In contrast to the eubartonellae, B. tamiae has retained ancestral amino acid and cofactor biosynthesis pathways and lacks most Bartonella-specific virulence factors. This indicates that B. tamiae may have a different ecology than the eubartonellae. Possibly, B. tamiae presents an intermediate state of the evolutionary transition from a gut symbiont to a mammalian parasite. Although it is adapted to colonize hematophageous insects, it may not be adapted to a mammalian reservoir host and only causes opportunistic infections. Future experimental studies focusing on the infection course of B. tamiae in mammals will shed light on the stepwise evolution of virulence in the genus Bartonella. For example, it is currently unknown whether B. tamiae can enter erythrocytes and persist in the bloodstream, as in the case of the eubartonellae (Harms and Dehio, 2012).
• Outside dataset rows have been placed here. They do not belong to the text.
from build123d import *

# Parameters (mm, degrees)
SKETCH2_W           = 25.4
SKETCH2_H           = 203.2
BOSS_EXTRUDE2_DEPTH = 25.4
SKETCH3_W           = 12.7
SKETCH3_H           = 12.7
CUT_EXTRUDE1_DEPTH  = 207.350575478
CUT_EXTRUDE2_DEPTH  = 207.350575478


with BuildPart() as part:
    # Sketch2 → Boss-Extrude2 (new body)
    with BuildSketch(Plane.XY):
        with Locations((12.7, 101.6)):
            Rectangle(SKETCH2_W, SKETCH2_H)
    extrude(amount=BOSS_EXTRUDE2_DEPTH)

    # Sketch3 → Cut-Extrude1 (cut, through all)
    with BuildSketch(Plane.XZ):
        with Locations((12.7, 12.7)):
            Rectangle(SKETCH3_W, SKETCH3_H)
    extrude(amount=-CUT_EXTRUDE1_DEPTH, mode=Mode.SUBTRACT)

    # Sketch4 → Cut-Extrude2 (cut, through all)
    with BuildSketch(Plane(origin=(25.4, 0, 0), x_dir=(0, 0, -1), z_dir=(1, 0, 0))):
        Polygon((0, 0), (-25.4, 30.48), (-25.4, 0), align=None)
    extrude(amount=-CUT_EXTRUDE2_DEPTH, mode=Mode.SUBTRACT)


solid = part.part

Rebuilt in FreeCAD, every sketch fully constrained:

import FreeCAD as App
import Part
import Sketcher

V = App.Vector
Q = App.Units.Quantity


def add_polygon(sketch, points):
    """Adds a closed chain of lines whose ends are joined by coincident constraints."""
    first, n = sketch.GeometryCount, len(points)
    for a, b in zip(points, points[1:] + points[:1]):
        sketch.addGeometry(Part.LineSegment(App.Vector(*a, 0), App.Vector(*b, 0)), False)
    for i in range(n):
        sketch.addConstraint(Sketcher.Constraint("Coincident", first + i, 2, first + (i + 1) % n, 1))

doc = App.newDocument("Part")
params = doc.addObject("Spreadsheet::Sheet", "Params")
for row, (alias, value) in enumerate([
    ("sketch1_width", "1 in"),
    ("sketch1_height", "8 in"),
    ("pad1_length", "1 in"),
    ("sketch2_width", "0.5 in"),
    ("sketch3_height", "1 in"),
    ("sketch3_width", "1.2 in"),
], start=1):
    params.set(f"A{row}", alias)
    params.set(f"B{row}", "=" + value)
    params.setAlias(f"B{row}", alias)

body = doc.addObject("PartDesign::Body", "Body")

# Sketch on XY plane
sketch1 = body.newObject("Sketcher::SketchObject", "Sketch")
sketch1.AttachmentSupport = (doc.getObject("XY_Plane"), [""])
sketch1.MapMode = "FlatFace"
add_polygon(sketch1, [(0, 203.2), (0, 0), (25.4, 0), (25.4, 203.2)])  # lines 0-3
sketch1.addConstraint(Sketcher.Constraint("Vertical", 0))
sketch1.addConstraint(Sketcher.Constraint("Horizontal", 1))
sketch1.addConstraint(Sketcher.Constraint("Vertical", 2))
sketch1.addConstraint(Sketcher.Constraint("Horizontal", 3))
sketch1.addConstraint(Sketcher.Constraint("Coincident", 0, 2, -1, 1))
sketch1.addConstraint(Sketcher.Constraint("DistanceX", 1, 1, 1, 2, Q("1 in")))
sketch1.addConstraint(Sketcher.Constraint("DistanceY", 0, 2, 0, 1, Q("8 in")))
sketch1.setExpression("Constraints[9]", "Params.sketch1_width")
sketch1.setExpression("Constraints[10]", "Params.sketch1_height")
pad1 = body.newObject("PartDesign::Pad", "Pad")
pad1.Profile = sketch1
pad1.setExpression("Length", "Params.pad1_length")

# Sketch on XZ plane
sketch2 = body.newObject("Sketcher::SketchObject", "Sketch001")
sketch2.AttachmentSupport = (doc.getObject("XZ_Plane"), [""])
sketch2.MapMode = "FlatFace"
add_polygon(sketch2, [(6.35, 19.05), (6.35, 6.35), (19.05, 6.35), (19.05, 19.05)])  # lines 0-3
sketch2.addConstraint(Sketcher.Constraint("Vertical", 0))
sketch2.addConstraint(Sketcher.Constraint("Horizontal", 1))
sketch2.addConstraint(Sketcher.Constraint("Vertical", 2))
sketch2.addConstraint(Sketcher.Constraint("Horizontal", 3))
sketch2.addConstraint(Sketcher.Constraint("Equal", 3, 0))
sketch2.addConstraint(Sketcher.Constraint("DistanceX", 1, 1, 1, 2, Q("0.5 in")))
sketch2.addConstraint(Sketcher.Constraint("DistanceX", -1, 1, 0, 2, Q("0.25 in")))
sketch2.addConstraint(Sketcher.Constraint("DistanceY", -1, 1, 0, 2, Q("0.25 in")))
sketch2.setExpression("Constraints[9]", "Params.sketch2_width")
pocket1 = body.newObject("PartDesign::Pocket", "Pocket")
pocket1.Profile = sketch2
pocket1.Type = "ThroughAll"

# Sketch on YZ plane
sketch3 = body.newObject("Sketcher::SketchObject", "Sketch002")
sketch3.AttachmentSupport = (doc.getObject("YZ_Plane"), [""])
sketch3.MapMode = "FlatFace"
sketch3.AttachmentOffset = App.Placement(V(0, 0, 1 * 25.4), App.Rotation())
add_polygon(sketch3, [(0, 0), (30.48, 25.4), (0, 25.4)])  # lines 0-2
sketch3.addConstraint(Sketcher.Constraint("Horizontal", 1))
sketch3.addConstraint(Sketcher.Constraint("Vertical", 2))
sketch3.addConstraint(Sketcher.Constraint("Coincident", 2, 2, -1, 1))
sketch3.addConstraint(Sketcher.Constraint("DistanceY", 2, 2, 2, 1, Q("1 in")))
sketch3.addConstraint(Sketcher.Constraint("DistanceX", 1, 2, 1, 1, Q("1.2 in")))
sketch3.setExpression("Constraints[6]", "Params.sketch3_height")
sketch3.setExpression("Constraints[7]", "Params.sketch3_width")
pocket2 = body.newObject("PartDesign::Pocket", "Pocket001")
pocket2.Profile = sketch3
pocket2.Type = "ThroughAll"

doc.recompute()
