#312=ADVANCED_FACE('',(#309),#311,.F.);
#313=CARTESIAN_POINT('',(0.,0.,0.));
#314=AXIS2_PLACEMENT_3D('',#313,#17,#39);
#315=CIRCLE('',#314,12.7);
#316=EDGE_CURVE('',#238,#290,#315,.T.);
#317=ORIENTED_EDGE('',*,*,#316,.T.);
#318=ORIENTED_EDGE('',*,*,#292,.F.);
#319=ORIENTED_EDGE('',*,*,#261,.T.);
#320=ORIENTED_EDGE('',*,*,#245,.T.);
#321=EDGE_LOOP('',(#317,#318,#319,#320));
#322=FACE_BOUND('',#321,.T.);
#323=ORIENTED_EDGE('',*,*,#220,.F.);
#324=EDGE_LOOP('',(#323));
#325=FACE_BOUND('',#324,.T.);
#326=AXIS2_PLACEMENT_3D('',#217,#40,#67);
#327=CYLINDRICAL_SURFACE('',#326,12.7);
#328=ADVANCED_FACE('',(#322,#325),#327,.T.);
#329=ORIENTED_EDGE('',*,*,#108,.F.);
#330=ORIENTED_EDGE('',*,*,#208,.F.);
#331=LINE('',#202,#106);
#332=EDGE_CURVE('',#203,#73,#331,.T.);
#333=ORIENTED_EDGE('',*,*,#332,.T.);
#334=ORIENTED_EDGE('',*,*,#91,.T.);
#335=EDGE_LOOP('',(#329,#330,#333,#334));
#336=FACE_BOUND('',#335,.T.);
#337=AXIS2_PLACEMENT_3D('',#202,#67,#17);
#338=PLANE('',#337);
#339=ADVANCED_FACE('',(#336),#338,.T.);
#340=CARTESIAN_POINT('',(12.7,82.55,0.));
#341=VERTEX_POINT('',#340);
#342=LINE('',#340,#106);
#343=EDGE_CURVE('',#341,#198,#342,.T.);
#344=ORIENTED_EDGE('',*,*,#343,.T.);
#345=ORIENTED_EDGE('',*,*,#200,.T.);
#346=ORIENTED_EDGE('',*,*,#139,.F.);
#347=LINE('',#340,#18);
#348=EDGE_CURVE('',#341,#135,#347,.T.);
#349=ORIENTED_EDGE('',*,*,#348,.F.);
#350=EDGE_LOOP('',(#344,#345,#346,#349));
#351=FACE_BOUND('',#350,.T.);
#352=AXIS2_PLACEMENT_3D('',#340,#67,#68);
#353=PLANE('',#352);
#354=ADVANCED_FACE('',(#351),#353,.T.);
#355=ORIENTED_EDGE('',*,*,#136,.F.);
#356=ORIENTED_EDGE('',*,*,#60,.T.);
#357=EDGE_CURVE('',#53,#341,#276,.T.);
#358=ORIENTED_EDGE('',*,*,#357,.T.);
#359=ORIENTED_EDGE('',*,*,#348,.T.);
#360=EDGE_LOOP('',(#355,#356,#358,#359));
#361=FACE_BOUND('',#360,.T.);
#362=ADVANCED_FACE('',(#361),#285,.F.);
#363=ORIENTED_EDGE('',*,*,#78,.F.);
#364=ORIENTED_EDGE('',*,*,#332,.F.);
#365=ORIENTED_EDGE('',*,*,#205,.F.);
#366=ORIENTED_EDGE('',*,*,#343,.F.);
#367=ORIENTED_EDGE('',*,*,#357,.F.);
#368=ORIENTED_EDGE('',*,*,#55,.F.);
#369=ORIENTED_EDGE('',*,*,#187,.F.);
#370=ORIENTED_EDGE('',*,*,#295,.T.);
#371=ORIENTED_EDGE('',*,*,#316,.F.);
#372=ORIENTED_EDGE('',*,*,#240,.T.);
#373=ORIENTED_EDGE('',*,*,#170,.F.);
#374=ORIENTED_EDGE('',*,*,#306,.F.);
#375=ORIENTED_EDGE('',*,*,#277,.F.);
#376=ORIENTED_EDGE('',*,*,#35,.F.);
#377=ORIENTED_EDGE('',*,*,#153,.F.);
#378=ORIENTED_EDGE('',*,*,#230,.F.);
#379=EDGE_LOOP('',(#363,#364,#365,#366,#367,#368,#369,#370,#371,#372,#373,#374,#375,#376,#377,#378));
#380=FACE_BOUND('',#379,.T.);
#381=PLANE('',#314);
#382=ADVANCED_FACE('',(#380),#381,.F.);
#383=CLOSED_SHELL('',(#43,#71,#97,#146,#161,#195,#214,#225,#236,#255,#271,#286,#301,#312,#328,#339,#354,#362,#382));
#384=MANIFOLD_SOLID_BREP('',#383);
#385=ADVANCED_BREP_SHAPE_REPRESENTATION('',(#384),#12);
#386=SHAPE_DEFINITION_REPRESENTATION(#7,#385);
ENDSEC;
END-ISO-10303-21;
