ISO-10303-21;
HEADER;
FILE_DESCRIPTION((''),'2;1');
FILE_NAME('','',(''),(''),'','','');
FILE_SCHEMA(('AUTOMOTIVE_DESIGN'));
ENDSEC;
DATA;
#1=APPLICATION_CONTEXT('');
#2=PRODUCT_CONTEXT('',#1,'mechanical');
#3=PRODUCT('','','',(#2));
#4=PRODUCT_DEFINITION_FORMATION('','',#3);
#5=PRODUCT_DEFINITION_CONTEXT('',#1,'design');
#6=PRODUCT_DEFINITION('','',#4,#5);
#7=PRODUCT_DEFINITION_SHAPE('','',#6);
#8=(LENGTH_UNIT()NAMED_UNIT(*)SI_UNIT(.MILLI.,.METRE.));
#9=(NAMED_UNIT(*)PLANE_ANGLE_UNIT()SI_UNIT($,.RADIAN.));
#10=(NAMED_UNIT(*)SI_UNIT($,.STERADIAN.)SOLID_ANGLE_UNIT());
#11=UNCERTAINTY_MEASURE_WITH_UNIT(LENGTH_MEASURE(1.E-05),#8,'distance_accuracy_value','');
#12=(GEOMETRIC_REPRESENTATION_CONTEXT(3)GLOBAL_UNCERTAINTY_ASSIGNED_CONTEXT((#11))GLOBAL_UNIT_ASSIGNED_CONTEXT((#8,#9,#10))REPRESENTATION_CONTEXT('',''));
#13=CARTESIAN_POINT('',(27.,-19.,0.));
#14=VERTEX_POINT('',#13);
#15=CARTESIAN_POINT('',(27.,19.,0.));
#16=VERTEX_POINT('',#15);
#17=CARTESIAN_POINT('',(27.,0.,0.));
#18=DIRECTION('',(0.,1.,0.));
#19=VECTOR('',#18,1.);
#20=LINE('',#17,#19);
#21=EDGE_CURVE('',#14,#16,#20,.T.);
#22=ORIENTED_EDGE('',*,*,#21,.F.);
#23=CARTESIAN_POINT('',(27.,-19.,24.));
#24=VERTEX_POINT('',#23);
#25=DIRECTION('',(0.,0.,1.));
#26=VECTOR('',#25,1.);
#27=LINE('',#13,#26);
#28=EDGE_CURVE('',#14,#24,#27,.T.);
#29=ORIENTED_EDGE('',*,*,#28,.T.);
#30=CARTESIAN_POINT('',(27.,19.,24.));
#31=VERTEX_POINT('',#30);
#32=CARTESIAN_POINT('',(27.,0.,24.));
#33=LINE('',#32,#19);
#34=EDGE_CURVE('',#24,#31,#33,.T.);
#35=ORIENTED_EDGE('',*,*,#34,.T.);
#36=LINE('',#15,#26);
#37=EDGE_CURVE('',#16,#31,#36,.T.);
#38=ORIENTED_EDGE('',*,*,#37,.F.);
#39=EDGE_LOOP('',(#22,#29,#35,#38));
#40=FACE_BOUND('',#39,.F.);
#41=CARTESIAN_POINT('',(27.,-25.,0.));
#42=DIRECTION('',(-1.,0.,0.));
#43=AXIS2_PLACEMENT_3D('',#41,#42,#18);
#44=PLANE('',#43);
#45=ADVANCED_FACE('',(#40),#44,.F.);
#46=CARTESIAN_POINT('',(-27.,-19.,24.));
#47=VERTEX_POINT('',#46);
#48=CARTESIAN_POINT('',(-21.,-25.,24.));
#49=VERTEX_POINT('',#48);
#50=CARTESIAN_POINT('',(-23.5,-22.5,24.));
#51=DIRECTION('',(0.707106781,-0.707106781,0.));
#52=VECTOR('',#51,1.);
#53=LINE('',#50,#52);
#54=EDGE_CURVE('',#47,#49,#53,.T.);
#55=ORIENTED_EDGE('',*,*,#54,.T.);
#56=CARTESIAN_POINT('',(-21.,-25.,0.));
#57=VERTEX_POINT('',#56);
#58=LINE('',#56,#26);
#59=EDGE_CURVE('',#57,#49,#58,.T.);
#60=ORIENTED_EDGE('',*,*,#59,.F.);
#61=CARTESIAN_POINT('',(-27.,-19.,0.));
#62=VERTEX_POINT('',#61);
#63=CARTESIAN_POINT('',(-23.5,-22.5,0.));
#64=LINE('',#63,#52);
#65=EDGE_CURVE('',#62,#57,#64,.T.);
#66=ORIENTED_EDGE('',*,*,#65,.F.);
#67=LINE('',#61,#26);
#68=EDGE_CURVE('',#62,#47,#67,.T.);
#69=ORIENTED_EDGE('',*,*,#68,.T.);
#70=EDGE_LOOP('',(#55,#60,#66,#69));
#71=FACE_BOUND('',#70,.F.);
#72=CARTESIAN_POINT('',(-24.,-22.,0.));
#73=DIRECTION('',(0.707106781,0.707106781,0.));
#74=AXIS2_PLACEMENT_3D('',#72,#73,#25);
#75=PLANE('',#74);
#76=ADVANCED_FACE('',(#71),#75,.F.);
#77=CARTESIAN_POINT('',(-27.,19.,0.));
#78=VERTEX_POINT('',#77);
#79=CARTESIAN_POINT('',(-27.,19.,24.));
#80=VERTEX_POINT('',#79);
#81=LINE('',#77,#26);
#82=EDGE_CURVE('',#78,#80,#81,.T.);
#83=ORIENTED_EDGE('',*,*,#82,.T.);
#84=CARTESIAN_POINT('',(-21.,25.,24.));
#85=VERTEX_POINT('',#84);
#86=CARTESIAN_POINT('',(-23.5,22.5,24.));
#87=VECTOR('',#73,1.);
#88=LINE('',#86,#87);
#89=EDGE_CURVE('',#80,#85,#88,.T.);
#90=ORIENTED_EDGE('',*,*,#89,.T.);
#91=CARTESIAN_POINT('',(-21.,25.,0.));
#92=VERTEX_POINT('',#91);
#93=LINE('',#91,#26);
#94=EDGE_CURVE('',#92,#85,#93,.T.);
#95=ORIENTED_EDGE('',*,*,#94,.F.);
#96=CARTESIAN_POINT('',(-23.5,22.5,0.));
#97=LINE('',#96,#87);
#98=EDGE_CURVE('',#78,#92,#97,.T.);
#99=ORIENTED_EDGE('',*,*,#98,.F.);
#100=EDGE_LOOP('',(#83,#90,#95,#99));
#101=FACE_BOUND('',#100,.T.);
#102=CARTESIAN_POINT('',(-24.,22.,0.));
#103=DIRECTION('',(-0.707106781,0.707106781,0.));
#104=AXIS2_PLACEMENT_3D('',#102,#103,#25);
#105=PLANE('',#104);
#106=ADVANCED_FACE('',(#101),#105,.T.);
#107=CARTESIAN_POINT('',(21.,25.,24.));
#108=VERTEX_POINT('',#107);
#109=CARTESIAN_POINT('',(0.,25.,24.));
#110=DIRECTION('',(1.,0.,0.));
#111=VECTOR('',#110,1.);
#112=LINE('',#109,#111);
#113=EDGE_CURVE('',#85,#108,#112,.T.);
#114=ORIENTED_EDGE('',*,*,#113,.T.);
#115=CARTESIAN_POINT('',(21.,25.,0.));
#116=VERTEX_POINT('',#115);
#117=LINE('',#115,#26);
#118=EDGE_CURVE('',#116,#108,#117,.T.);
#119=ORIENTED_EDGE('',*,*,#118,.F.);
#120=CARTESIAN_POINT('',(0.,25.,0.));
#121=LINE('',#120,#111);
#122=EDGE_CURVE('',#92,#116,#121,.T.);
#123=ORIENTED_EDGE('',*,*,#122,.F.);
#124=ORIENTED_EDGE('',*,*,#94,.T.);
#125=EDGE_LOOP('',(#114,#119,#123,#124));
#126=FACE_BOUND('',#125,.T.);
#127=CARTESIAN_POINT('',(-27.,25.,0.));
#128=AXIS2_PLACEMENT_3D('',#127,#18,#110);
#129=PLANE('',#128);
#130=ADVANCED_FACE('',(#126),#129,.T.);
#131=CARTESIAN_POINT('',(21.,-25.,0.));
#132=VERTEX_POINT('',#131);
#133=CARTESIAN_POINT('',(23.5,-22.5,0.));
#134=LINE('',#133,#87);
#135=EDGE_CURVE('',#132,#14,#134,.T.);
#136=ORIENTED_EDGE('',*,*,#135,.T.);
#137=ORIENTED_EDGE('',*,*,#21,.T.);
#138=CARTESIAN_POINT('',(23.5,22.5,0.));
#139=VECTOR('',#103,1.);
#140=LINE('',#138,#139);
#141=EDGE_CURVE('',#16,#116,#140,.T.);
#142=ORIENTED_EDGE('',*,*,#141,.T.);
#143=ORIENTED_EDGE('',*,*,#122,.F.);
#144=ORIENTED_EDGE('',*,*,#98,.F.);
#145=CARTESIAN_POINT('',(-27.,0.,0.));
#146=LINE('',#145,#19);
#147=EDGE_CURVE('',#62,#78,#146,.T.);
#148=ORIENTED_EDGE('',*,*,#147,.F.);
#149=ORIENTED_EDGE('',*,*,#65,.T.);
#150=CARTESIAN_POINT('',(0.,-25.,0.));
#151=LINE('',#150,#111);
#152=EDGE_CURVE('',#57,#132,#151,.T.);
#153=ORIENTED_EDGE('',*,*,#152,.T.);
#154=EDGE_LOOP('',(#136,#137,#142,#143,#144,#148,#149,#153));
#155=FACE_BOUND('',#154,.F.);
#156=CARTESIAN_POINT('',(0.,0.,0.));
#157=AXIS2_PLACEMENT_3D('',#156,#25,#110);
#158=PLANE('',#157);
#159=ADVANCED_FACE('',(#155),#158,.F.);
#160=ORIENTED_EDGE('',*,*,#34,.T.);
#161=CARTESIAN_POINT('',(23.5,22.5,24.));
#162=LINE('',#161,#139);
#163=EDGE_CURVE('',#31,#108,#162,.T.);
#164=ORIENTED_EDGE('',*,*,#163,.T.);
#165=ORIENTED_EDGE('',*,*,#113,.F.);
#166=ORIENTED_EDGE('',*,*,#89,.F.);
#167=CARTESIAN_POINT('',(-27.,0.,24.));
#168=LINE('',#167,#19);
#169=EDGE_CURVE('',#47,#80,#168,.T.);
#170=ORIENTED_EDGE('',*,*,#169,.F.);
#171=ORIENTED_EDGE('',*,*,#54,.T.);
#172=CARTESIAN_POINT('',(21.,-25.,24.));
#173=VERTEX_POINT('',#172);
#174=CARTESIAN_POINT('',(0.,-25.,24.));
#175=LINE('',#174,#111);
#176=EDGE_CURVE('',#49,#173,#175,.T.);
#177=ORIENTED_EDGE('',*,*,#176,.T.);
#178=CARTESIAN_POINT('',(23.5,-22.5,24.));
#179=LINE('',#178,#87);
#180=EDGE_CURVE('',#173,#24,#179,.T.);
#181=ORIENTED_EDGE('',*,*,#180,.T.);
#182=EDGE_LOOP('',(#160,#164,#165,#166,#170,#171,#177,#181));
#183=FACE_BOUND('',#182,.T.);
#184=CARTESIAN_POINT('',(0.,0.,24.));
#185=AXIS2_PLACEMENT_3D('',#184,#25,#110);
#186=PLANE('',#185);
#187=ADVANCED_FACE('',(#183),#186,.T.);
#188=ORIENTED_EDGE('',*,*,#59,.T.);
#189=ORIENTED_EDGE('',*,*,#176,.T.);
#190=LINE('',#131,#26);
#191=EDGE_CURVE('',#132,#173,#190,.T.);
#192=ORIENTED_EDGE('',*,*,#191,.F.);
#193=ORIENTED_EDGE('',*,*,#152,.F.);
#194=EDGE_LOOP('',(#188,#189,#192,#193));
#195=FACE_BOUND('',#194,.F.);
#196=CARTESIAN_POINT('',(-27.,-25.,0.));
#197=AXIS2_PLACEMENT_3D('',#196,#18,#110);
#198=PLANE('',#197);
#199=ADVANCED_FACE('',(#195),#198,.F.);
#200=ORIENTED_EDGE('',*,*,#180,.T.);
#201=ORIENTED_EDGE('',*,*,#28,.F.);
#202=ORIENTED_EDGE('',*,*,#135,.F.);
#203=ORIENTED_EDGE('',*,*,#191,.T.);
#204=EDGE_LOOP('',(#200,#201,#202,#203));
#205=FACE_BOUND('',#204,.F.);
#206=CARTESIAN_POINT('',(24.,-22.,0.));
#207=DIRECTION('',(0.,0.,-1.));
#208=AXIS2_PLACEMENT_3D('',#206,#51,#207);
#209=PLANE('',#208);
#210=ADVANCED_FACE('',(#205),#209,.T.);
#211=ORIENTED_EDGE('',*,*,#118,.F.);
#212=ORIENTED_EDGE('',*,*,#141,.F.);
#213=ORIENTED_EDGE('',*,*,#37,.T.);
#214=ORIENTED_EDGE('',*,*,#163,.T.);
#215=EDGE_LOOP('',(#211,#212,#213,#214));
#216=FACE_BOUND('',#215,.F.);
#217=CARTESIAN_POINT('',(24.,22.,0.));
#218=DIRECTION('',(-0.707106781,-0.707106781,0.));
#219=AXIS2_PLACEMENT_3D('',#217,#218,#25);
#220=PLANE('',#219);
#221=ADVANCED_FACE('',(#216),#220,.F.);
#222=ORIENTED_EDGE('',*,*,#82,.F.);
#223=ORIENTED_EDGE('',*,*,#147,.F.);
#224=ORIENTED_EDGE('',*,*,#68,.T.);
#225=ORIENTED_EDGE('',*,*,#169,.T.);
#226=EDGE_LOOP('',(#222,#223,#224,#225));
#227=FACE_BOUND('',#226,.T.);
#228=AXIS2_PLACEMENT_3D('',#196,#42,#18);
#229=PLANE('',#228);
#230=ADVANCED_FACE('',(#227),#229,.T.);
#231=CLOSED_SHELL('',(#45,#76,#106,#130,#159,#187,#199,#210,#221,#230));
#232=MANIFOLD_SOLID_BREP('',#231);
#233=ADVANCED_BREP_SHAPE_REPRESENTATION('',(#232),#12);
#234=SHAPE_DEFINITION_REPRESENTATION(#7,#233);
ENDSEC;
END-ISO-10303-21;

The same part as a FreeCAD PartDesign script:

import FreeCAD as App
import Part
import Sketcher
Q = App.Units.Quantity


def edges_at(feature, points):
    """Names of the edges that pass closest to the given points."""
    edges = feature.Shape.Edges
    near = lambda p: min(range(len(edges)), key=lambda i: edges[i].distToShape(Part.Vertex(*p))[0])
    return sorted({f"Edge{near(p) + 1}" for p in points})

doc = App.newDocument("Part")
body = doc.addObject("PartDesign::Body", "Body")

# Sketch on XY plane
sketch1 = doc.addObject("Sketcher::SketchObject", "Sketch")
body.addObject(sketch1)
sketch1.AttachmentSupport = (doc.XY_Plane, [""])
sketch1.MapMode = "FlatFace"
sketch1.addGeometry(Part.LineSegment(App.Vector(-27, 25, 0), App.Vector(-27, -25, 0)), False)
sketch1.addGeometry(Part.LineSegment(App.Vector(-27, -25, 0), App.Vector(27, -25, 0)), False)
sketch1.addGeometry(Part.LineSegment(App.Vector(27, -25, 0), App.Vector(27, 25, 0)), False)
sketch1.addGeometry(Part.LineSegment(App.Vector(27, 25, 0), App.Vector(-27, 25, 0)), False)
sketch1.addConstraint(Sketcher.Constraint("Coincident", 0, 2, 1, 1))
sketch1.addConstraint(Sketcher.Constraint("Coincident", 1, 2, 2, 1))
sketch1.addConstraint(Sketcher.Constraint("Coincident", 2, 2, 3, 1))
sketch1.addConstraint(Sketcher.Constraint("Coincident", 3, 2, 0, 1))
sketch1.addConstraint(Sketcher.Constraint("Vertical", 0))
sketch1.addConstraint(Sketcher.Constraint("Horizontal", 1))
sketch1.addConstraint(Sketcher.Constraint("Vertical", 2))
sketch1.addConstraint(Sketcher.Constraint("Horizontal", 3))
sketch1.addConstraint(Sketcher.Constraint("Symmetric", 0, 2, 2, 2, -1, 1))
sketch1.addConstraint(Sketcher.Constraint("DistanceX", 1, 1, 1, 2, Q("54 mm")))
sketch1.addConstraint(Sketcher.Constraint("DistanceY", 0, 2, 0, 1, Q("50 mm")))
pad1 = doc.addObject("PartDesign::Pad", "Pad")
body.addObject(pad1)
pad1.Profile = sketch1
pad1.Length = 24
doc.recompute()

chamfer = doc.addObject("PartDesign::Chamfer", "Chamfer")
body.addObject(chamfer)
chamfer.Base = (pad1, edges_at(pad1, [
    (-27, 25, 12),
    (27, 25, 12),
    (27, -25, 12),
    (-27, -25, 12),
]))
chamfer.Size = 6

doc.recompute()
Finally, our study shows that genome reduction in host-restricted bacterial pathogens may be counteracted by the expansion of vertically inherited gene families. Besides the acquisition of dedicated virulence factors, we find that the eubartonellae have compensated the loss of the heme biosynthesis pathway by the expansion of an ancestral family of Hbps. This may allow pathogenic Bartonella to efficiently acquire heme and iron from the mammalian host and overcome nutritional shortages during passage through the insect vector.

Bartonellae are experimentally amenable and in vivo colonization models are established for both honey bee gut symbionts (Engel et al., 2015) and Bartonella mammalian pathogens (Harms and Dehio, 2012). Thus, our comparative genomic analysis sets the ground for future experimental studies to understand how changes in gene content affect host interactions during the evolutionary transition from an insect-associated gut symbiont to a mammalian pathogen.